# 1.1: Operators


Each physically measurable quantity has a corresponding operator. The eigenvalues of the operator tell the values of the corresponding physical property that can be observed

In quantum mechanics, any experimentally measurable physical quantity F (e.g., energy, dipole moment, orbital angular momentum, spin angular momentum, linear momentum, kinetic energy) whose classical mechanical expression can be written in terms of the cartesian positions {q$$_i$$} and momenta {p$$_i$$} of the particles that comprise the system of interest is assigned a corresponding quantum mechanical operator F. Given F in terms of the {q$$_i$$} and {p$$_i$$}, F is formed by replacing p$$_j$$ by $$-i\hbar\frac{\partial}{\partial q_{j}}$$ and leaving q$$_j$$ untouched. For example, if

$F=\sum\limits _{1=1}^N \left(\dfrac{p_1^2}{2m_1}+ \dfrac{1}{2}k(q_1-q_1^0)^2 + L(q_1-q_1^0)\right)$

then

$F = \sum\limits_{1=1}^N \left( \dfrac{-\hbar^2}{2m_1}\dfrac{\partial^2}{\partial q_1^2} + \dfrac{1}{2}k(q_1-q_1^0)^2 + L(q_1-q_1^0)\right)$

The x-component of the dipole moment for a collection of N particles has

$F = \sum\limits_{j=1}^N Z_jex_j$

and

$F = \sum\limits_{j=1}^N Z_jex_j$

where Z$$_j$$e is the charge on the j$$^{th}$$ particle.

The mapping from F to F is straightforward only in terms of cartesian coordinates.

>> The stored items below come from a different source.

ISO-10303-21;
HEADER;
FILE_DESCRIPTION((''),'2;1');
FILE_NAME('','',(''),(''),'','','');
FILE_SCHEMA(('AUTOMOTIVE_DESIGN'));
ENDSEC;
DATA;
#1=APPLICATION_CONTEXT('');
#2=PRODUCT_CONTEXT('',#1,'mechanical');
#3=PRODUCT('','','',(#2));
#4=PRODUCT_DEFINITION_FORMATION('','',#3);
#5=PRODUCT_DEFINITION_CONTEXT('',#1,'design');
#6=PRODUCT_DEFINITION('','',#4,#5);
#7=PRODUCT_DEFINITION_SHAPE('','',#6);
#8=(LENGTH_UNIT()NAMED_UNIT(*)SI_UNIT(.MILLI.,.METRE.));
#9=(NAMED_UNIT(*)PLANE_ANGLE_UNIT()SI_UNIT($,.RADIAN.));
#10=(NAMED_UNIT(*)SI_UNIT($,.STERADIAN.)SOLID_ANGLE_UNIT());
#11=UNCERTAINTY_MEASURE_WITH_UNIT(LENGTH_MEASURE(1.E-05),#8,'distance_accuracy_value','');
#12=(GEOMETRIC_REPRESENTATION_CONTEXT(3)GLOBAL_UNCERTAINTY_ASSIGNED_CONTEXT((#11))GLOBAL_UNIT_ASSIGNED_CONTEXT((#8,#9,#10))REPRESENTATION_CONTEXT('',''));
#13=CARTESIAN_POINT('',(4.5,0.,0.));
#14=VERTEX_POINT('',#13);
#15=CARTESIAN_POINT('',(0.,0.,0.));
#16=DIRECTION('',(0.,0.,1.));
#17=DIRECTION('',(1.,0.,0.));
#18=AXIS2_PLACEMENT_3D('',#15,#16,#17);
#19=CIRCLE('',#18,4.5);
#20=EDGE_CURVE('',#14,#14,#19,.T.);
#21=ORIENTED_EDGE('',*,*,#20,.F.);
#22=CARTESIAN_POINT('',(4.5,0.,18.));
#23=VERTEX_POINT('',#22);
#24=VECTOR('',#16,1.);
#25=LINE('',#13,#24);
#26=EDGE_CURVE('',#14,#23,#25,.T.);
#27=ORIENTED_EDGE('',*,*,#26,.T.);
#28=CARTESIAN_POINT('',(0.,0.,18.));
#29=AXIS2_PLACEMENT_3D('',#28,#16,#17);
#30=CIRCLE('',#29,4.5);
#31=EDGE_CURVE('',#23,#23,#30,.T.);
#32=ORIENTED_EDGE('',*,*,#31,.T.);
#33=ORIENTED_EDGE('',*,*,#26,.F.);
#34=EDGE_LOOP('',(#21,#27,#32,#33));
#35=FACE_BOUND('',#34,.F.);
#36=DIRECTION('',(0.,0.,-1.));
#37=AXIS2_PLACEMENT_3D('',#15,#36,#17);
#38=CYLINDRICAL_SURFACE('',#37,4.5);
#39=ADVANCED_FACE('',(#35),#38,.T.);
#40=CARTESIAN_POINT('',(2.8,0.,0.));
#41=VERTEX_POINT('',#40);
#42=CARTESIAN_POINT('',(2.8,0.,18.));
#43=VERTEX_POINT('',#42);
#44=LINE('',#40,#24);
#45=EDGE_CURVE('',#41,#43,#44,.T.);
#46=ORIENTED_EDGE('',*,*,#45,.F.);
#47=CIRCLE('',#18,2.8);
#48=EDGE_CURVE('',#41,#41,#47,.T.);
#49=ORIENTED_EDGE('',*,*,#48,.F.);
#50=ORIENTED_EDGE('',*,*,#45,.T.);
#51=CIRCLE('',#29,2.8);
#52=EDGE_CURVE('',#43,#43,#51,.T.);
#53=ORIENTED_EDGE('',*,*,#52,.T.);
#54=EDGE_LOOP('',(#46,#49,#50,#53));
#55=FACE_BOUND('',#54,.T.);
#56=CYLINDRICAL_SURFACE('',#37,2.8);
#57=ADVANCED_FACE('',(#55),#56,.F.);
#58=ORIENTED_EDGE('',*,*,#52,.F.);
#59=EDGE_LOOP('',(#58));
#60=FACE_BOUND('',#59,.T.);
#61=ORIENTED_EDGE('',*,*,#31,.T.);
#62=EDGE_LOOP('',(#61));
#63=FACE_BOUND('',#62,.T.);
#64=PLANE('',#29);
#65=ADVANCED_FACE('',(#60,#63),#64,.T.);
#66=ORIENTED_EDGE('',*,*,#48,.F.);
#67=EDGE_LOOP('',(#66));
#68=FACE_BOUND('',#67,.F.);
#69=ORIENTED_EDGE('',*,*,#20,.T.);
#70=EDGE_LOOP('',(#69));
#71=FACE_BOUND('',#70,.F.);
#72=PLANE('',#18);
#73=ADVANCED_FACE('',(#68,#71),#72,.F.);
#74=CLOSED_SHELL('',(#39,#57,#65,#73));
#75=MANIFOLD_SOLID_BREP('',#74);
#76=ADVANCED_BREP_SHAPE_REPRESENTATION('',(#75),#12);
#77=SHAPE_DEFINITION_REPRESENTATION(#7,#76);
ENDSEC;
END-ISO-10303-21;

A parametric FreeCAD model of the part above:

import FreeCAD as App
import Part
import Sketcher
from FreeCAD import Vector
Q = App.Units.Quantity

doc = App.newDocument("Part")
body = doc.addObject("PartDesign::Body", "Body")

sketch1 = body.newObject("Sketcher::SketchObject", "Sketch")
sketch1.AttachmentSupport = (doc.getObject("XY_Plane"), [""])
sketch1.MapMode = "FlatFace"
sketch1.addGeometry([
    Part.Circle(Vector(0, 0, 0), Vector(0, 0, 1), 4.5),
    Part.Circle(Vector(0, 0, 0), Vector(0, 0, 1), 2.8),
], False)
sketch1.addConstraint([
    Sketcher.Constraint("Coincident", 0, 3, -1, 1),
    Sketcher.Constraint("Coincident", 1, 3, -1, 1),
    Sketcher.Constraint("Diameter", 0, Q("9 mm")),
    Sketcher.Constraint("Diameter", 1, Q("5.6 mm")),
])
pad1 = body.newObject("PartDesign::Pad", "Pad")
pad1.Profile = sketch1
pad1.Length = 18

doc.recompute()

To map a classical function F, given in terms of curvilinear coordinates (even if they are orthogonal), into its quantum operator is not at all straightforward. Interested readers are referred to Kemble's text on quantum mechanics which deals with this matter in detail. The mapping can always be done in terms of cartesian coordinates after which a transformation of the resulting coordinates and differential operators to a curvilinear system can be performed. The corresponding transformation of the kinetic energy operator to spherical coordinates is treated in detail in Appendix A. The text by EWK also covers this topic in considerable detail.

The relationship of these quantum mechanical operators to experimental measurement will be made clear later in this chapter. For now, suffice it to say that these operators define equations whose solutions determine the values of the corresponding physical property that can be observed when a measurement is carried out; only the values so determined can be observed. This should suggest the origins of quantum mechanics' prediction that some measurements will produce discrete or quantized values of certain variables (e.g., energy, angular momentum, etc.).